Striim supports the use of regular expressions (regex) in your TQL applications. It is important to remember that the Striim implementation of regex is Java-based (see java.util.regex.Pattern), so there are a few things to keep in mind as you develop your regex expressions:

  • The backslash character ( \ ) is recognized as an escape character in Java strings, so if you want to define something like \w in regex, use \\w in such cases.

  • In regex, \\ matches a single backslash literal. Therefore if you want to use the backslash character as a literal in the Striim Java implementation of regex, you must actually use \\\\.

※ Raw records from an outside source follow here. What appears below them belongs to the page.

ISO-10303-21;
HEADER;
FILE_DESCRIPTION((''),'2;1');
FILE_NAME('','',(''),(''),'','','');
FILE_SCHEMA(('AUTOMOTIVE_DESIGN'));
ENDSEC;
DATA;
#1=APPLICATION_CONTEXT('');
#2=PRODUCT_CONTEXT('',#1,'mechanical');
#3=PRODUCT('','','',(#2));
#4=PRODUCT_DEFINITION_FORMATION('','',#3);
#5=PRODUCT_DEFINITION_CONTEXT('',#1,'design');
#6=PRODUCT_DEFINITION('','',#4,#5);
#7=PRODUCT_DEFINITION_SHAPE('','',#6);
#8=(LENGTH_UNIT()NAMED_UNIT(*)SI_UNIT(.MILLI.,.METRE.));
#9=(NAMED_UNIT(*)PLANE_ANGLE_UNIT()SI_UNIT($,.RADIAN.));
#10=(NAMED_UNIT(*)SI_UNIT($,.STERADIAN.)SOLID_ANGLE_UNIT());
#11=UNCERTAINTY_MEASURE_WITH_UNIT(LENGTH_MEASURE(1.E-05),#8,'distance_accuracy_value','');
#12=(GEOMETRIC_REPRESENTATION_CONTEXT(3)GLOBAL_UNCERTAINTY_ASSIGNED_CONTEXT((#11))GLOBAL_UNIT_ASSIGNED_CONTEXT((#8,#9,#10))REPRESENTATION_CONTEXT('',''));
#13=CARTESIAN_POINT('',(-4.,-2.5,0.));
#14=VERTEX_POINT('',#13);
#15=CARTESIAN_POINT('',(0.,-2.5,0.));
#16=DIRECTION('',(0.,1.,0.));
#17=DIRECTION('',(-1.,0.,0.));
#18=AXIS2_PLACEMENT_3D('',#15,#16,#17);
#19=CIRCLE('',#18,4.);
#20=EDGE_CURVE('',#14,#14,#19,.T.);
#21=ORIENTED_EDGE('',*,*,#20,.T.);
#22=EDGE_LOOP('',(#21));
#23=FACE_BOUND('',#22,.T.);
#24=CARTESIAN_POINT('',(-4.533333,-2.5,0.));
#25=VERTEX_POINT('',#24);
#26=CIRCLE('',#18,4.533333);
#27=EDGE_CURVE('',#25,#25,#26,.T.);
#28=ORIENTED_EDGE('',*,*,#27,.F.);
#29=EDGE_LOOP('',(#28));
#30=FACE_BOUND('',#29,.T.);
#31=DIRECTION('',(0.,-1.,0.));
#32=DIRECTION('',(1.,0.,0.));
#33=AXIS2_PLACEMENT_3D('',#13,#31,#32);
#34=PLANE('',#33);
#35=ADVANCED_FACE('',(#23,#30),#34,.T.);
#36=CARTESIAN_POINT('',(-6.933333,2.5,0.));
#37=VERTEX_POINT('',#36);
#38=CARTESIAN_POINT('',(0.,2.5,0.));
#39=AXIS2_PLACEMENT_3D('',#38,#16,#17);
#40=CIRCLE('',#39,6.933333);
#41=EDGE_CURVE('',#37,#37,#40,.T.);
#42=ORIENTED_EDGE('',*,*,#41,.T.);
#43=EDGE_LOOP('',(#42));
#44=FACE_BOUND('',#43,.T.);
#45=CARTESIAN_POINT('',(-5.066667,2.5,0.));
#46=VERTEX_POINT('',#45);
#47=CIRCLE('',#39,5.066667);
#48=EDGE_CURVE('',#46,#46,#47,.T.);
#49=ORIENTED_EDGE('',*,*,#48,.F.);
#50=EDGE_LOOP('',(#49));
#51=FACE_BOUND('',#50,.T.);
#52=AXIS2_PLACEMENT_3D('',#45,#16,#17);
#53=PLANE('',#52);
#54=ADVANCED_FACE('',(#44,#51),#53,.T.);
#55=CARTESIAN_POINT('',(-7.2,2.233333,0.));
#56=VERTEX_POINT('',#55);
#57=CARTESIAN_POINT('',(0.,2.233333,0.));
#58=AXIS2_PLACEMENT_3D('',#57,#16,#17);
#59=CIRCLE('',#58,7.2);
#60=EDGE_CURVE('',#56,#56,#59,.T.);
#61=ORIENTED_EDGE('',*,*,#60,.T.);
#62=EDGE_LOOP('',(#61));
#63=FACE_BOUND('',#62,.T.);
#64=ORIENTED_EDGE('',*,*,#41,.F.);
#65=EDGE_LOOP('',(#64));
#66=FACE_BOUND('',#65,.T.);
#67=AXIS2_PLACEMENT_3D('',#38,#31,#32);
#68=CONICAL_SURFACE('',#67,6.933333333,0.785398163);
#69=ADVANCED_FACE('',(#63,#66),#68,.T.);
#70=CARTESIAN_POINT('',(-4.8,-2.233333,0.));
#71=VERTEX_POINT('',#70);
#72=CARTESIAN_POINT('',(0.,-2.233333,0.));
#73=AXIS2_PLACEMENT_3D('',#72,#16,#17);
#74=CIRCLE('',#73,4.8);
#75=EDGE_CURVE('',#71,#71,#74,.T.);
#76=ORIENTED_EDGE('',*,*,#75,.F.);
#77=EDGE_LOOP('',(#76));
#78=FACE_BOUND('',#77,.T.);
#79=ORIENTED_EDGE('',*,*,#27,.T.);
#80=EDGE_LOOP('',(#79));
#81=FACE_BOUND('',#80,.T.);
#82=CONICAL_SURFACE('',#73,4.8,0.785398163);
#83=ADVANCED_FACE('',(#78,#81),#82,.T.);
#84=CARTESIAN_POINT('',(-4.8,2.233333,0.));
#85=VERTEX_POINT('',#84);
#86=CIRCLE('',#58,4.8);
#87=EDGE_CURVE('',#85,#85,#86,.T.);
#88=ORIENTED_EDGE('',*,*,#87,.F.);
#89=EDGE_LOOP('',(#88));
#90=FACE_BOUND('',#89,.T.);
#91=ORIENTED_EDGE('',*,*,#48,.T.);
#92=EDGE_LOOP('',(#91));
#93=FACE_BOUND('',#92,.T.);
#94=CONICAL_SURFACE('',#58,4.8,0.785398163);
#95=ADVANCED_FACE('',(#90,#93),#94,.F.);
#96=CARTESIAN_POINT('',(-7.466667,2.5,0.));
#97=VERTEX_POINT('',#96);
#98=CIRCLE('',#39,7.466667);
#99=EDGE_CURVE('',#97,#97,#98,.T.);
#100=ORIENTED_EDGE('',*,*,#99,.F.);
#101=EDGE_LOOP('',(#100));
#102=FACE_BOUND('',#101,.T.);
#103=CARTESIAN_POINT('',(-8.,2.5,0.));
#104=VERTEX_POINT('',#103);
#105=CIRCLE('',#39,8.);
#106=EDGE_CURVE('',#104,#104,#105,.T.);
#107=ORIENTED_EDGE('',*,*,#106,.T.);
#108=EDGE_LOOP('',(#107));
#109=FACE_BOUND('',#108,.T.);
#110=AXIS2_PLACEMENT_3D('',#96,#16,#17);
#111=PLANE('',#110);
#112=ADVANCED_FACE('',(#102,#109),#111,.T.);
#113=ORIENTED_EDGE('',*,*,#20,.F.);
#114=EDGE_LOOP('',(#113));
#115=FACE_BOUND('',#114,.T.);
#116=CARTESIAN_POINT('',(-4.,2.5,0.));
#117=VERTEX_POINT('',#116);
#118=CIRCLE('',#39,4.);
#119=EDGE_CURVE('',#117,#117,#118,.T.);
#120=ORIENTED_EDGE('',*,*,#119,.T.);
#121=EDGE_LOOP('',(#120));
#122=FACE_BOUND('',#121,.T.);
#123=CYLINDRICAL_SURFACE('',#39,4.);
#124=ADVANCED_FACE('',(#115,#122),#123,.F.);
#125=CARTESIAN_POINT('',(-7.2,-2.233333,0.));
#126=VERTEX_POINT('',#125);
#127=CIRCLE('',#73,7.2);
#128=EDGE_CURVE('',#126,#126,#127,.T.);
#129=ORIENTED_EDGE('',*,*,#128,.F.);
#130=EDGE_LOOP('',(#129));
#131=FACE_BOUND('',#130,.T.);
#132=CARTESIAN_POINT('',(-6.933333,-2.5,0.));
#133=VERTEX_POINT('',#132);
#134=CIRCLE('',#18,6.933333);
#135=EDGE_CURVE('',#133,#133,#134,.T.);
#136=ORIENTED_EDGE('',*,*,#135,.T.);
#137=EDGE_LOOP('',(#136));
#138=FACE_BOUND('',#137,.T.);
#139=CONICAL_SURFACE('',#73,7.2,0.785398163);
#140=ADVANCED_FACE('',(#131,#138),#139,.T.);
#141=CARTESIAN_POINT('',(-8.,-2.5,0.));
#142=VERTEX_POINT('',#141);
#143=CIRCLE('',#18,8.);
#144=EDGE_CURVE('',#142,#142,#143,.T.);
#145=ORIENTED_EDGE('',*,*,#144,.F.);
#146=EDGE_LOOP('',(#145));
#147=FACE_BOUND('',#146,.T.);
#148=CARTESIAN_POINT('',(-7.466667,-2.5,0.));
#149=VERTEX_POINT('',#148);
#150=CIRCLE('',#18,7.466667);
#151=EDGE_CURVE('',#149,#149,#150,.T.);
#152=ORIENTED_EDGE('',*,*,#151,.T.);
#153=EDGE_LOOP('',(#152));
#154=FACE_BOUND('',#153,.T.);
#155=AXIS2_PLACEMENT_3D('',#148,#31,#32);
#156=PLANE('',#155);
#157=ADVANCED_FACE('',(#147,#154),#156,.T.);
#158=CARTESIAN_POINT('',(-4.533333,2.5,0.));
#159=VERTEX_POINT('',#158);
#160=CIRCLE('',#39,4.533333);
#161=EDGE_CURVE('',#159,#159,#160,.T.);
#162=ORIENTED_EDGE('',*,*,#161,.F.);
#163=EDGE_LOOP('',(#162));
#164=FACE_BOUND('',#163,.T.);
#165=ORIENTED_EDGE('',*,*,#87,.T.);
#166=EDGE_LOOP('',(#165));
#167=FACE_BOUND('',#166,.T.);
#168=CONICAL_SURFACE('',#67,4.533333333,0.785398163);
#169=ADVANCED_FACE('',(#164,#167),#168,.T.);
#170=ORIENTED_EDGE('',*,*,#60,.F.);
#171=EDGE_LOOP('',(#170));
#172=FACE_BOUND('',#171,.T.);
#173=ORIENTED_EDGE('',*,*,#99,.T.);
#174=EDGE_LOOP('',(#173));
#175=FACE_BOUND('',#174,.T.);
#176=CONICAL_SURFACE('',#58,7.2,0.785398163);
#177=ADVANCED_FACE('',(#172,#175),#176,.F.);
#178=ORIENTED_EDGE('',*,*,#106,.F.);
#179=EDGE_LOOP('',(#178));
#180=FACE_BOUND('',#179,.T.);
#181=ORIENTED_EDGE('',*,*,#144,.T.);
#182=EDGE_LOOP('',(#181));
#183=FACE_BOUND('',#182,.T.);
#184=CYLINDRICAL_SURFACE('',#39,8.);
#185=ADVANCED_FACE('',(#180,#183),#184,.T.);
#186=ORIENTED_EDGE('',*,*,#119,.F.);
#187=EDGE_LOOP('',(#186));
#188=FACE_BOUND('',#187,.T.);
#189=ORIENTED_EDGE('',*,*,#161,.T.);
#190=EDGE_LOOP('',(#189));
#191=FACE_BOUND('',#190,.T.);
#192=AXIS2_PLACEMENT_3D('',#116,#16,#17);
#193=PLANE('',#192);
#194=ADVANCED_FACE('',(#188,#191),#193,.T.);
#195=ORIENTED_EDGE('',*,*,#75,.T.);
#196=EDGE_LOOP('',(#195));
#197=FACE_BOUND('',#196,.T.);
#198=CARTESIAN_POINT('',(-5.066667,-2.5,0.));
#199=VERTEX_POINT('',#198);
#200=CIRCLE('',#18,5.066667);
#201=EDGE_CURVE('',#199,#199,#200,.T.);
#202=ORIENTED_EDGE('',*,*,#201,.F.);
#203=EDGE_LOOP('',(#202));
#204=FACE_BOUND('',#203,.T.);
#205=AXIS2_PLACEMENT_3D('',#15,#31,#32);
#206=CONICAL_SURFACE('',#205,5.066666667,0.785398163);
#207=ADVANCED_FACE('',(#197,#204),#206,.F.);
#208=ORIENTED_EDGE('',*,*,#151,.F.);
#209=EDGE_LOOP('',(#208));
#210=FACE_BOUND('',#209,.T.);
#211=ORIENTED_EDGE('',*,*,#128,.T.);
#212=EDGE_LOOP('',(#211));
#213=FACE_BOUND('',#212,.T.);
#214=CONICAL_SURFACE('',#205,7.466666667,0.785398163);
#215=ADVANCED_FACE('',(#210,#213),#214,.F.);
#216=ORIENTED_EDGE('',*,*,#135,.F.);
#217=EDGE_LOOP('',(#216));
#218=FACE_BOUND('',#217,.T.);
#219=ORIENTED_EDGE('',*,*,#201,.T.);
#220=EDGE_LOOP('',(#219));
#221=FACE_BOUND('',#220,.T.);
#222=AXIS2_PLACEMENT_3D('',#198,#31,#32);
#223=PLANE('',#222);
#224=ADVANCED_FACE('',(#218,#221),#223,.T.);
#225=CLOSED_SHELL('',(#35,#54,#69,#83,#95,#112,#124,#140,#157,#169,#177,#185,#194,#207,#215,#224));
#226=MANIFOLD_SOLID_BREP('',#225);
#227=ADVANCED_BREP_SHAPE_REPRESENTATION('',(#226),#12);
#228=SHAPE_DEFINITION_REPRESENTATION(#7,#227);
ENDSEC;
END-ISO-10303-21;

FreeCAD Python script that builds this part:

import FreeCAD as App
import Part
import Sketcher

V = App.Vector


def add_polygon(sketch, points):
    """Adds a closed chain of lines whose ends are joined by coincident constraints."""
    first, n = sketch.GeometryCount, len(points)
    for a, b in zip(points, points[1:] + points[:1]):
        sketch.addGeometry(Part.LineSegment(App.Vector(*a, 0), App.Vector(*b, 0)), False)
    for i in range(n):
        sketch.addConstraint(Sketcher.Constraint("Coincident", first + i, 2, first + (i + 1) % n, 1))

doc = App.newDocument("Part")
body = doc.addObject("PartDesign::Body", "Body")

# Sketch on XY plane
sketch1 = body.newObject("Sketcher::SketchObject", "Sketch")
sketch1.AttachmentSupport = (doc.getObject("XY_Plane"), [""])
sketch1.MapMode = "FlatFace"
add_polygon(sketch1, [(-4, 2.5), (-4.53, 2.5), (-4.8, 2.23), (-5.07, 2.5), (-6.93, 2.5), (-7.2, 2.23), (-7.47, 2.5), (-8, 2.5), (-8, -2.5), (-7.47, -2.5), (-7.2, -2.23), (-6.93, -2.5), (-5.07, -2.5), (-4.8, -2.23), (-4.53, -2.5), (-4, -2.5)])  # lines 0-15
sketch1.addConstraint([
    Sketcher.Constraint("Horizontal", 0),
    Sketcher.Constraint("Horizontal", 3),
    Sketcher.Constraint("Horizontal", 6),
    Sketcher.Constraint("Vertical", 7),
    Sketcher.Constraint("Horizontal", 8),
    Sketcher.Constraint("Horizontal", 11),
    Sketcher.Constraint("Horizontal", 14),
    Sketcher.Constraint("Vertical", 15),
    Sketcher.Constraint("Symmetric", 5, 2, 8, 2, -1),
    Sketcher.Constraint("Symmetric", 4, 2, 9, 2, -1),
    Sketcher.Constraint("Symmetric", 3, 2, 10, 2, -1),
    Sketcher.Constraint("Symmetric", 1, 2, 12, 2, -1),
    Sketcher.Constraint("Symmetric", 0, 2, 13, 2, -1),
    Sketcher.Constraint("Perpendicular", 1, 2),
    Sketcher.Constraint("Perpendicular", 2, 4),
    Sketcher.Constraint("Perpendicular", 4, 5),
    Sketcher.Constraint("Perpendicular", 5, 9),
    Sketcher.Constraint("Perpendicular", 10, 12),
    Sketcher.Constraint("Horizontal", 0, 2, 2, 2),
    Sketcher.Constraint("Horizontal", 1, 2, 4, 2),
    Sketcher.Constraint("Horizontal", 3, 2, 5, 2),
    Sketcher.Constraint("Equal", 0, 6),
    Sketcher.Constraint("DistanceY", 7, 2, 7, 1, 5.0),
    Sketcher.Constraint("DistanceX", 6, 2, -1, 1, 8.0),
    Sketcher.Constraint("DistanceX", 14, 2, -1, 1, 4.0),
    Sketcher.Constraint("DistanceX", 1, 2, -1, 1, 4.8),
    Sketcher.Constraint("DistanceX", 0, 2, 0, 1, 0.533333),
])
revolution = body.newObject("PartDesign::Revolution", "Revolution")
revolution.Profile = sketch1
revolution.ReferenceAxis = (sketch1, ["V_Axis"])
revolution.Angle = 360

doc.recompute()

  • The java.lang.String class provides you with these methods supporting regex: matches(), split(), replaceFirst(), replaceAll(). Note that the String.replace() methods do not support regex.

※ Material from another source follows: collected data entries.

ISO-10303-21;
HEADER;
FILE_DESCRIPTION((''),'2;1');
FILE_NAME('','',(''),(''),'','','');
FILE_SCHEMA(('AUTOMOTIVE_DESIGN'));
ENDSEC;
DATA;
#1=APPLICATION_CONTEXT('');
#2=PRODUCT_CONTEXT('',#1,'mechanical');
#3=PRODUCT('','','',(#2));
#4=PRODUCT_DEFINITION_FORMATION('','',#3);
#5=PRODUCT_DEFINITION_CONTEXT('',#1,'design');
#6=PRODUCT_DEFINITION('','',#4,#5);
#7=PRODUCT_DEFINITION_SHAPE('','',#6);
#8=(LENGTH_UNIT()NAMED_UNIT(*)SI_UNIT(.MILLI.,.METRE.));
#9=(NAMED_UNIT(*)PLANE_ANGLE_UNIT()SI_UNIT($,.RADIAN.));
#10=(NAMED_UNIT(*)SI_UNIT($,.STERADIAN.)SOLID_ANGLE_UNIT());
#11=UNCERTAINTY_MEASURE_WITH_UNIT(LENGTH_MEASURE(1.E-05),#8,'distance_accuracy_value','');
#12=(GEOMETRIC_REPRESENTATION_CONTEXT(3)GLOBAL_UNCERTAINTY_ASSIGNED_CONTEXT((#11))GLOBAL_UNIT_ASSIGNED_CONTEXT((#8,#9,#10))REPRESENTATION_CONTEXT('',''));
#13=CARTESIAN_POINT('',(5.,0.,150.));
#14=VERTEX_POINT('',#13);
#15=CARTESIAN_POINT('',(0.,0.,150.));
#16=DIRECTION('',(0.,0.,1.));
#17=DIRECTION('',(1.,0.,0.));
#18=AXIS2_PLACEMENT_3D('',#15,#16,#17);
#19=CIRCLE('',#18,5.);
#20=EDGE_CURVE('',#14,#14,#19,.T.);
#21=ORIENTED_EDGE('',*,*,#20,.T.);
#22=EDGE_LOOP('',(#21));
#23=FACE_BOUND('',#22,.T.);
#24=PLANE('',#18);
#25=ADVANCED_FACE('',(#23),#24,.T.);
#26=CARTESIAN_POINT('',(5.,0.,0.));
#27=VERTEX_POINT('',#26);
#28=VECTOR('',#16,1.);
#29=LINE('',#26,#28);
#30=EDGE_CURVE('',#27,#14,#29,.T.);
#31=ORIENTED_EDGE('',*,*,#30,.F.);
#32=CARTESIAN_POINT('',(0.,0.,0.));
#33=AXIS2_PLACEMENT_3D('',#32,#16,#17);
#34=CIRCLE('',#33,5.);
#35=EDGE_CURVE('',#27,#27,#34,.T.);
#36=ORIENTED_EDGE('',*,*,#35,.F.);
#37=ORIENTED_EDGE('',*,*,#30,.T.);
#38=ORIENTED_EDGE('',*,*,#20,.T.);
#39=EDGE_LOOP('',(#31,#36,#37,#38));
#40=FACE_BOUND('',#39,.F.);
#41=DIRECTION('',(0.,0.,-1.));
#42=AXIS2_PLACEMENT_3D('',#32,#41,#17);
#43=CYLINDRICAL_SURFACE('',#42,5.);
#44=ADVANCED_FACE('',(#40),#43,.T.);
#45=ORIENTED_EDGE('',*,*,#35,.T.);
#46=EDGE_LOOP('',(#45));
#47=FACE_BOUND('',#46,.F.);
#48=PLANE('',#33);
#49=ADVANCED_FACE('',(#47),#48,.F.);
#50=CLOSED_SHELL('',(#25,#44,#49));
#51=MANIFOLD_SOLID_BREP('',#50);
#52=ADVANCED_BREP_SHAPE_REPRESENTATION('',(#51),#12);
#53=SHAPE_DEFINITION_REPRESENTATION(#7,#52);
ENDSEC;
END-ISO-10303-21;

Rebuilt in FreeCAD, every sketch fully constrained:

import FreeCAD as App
import Part
import Sketcher

V = App.Vector

doc = App.newDocument("Part")
body = doc.addObject("PartDesign::Body", "Body")

sketch1 = body.newObject("Sketcher::SketchObject", "Sketch")
sketch1.AttachmentSupport = (doc.getObject("XY_Plane"), [""])
sketch1.MapMode = "FlatFace"
sketch1.addGeometry(Part.Circle(V(0, 0, 0), V(0, 0, 1), 5), False)
sketch1.addConstraint(Sketcher.Constraint("Coincident", 0, 3, -1, 1))
sketch1.addConstraint(Sketcher.Constraint("Diameter", 0, 10.0))
pad1 = body.newObject("PartDesign::Pad", "Pad")
pad1.Profile = sketch1
pad1.Length = 150

doc.recompute()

  • TQL supports the regex syntax and constructs from java.util.regex. Note that this has some differences from POSIX regex.

If you are new to using regular expressions, refer to the following resources to get started:

You may use regex in LIKE and NOT LIKE expressions. For example:

  • WHERE ProcessName NOT LIKE '%.tmp%': filter out data from temp files

  • WHERE instance_applications LIKE '%Apache%': select only applications with Apache in their names

  • WHERE MerchantID LIKE '45%': select only merchants with IDs that start with 45.

The following entry from the MultiLogApp sample Apache access log data includes information about a REST API call in line 4:

0: 206.130.134.68
1: -
2: AWashington
3: 25/Oct/2013:11:28:36.960 -0700
4: GET http://cloud.saas.me/query?type=ChatterMessage&id=01e33d9a-34ee-ccd0-84b9-
   14109fcf2383&jsessionId=01e33d9a-34c9-1c68-84b9-14109fcf2383 HTTP/1.1
5: 200
6: 0
7: -
8: Mozilla/5.0 (X11; Linux i686) AppleWebKit/537.36 (KHTML, like Gecko) Ubuntu 
   Chromium/28.0.1500.71 Chrome/28.0.1500.71 Safari/537.36
9: 1506

Regex is also used by the MATCH function. The MATCH function in the ParseAccessLog CQ parses the information in line 4 in to extract the session ID:

MATCH(data[4], ".*jsessionId=(.*) ")

The parsed output is:

sessionId: "01e33d9a-34c9-1c68-84b9-14109fcf2383"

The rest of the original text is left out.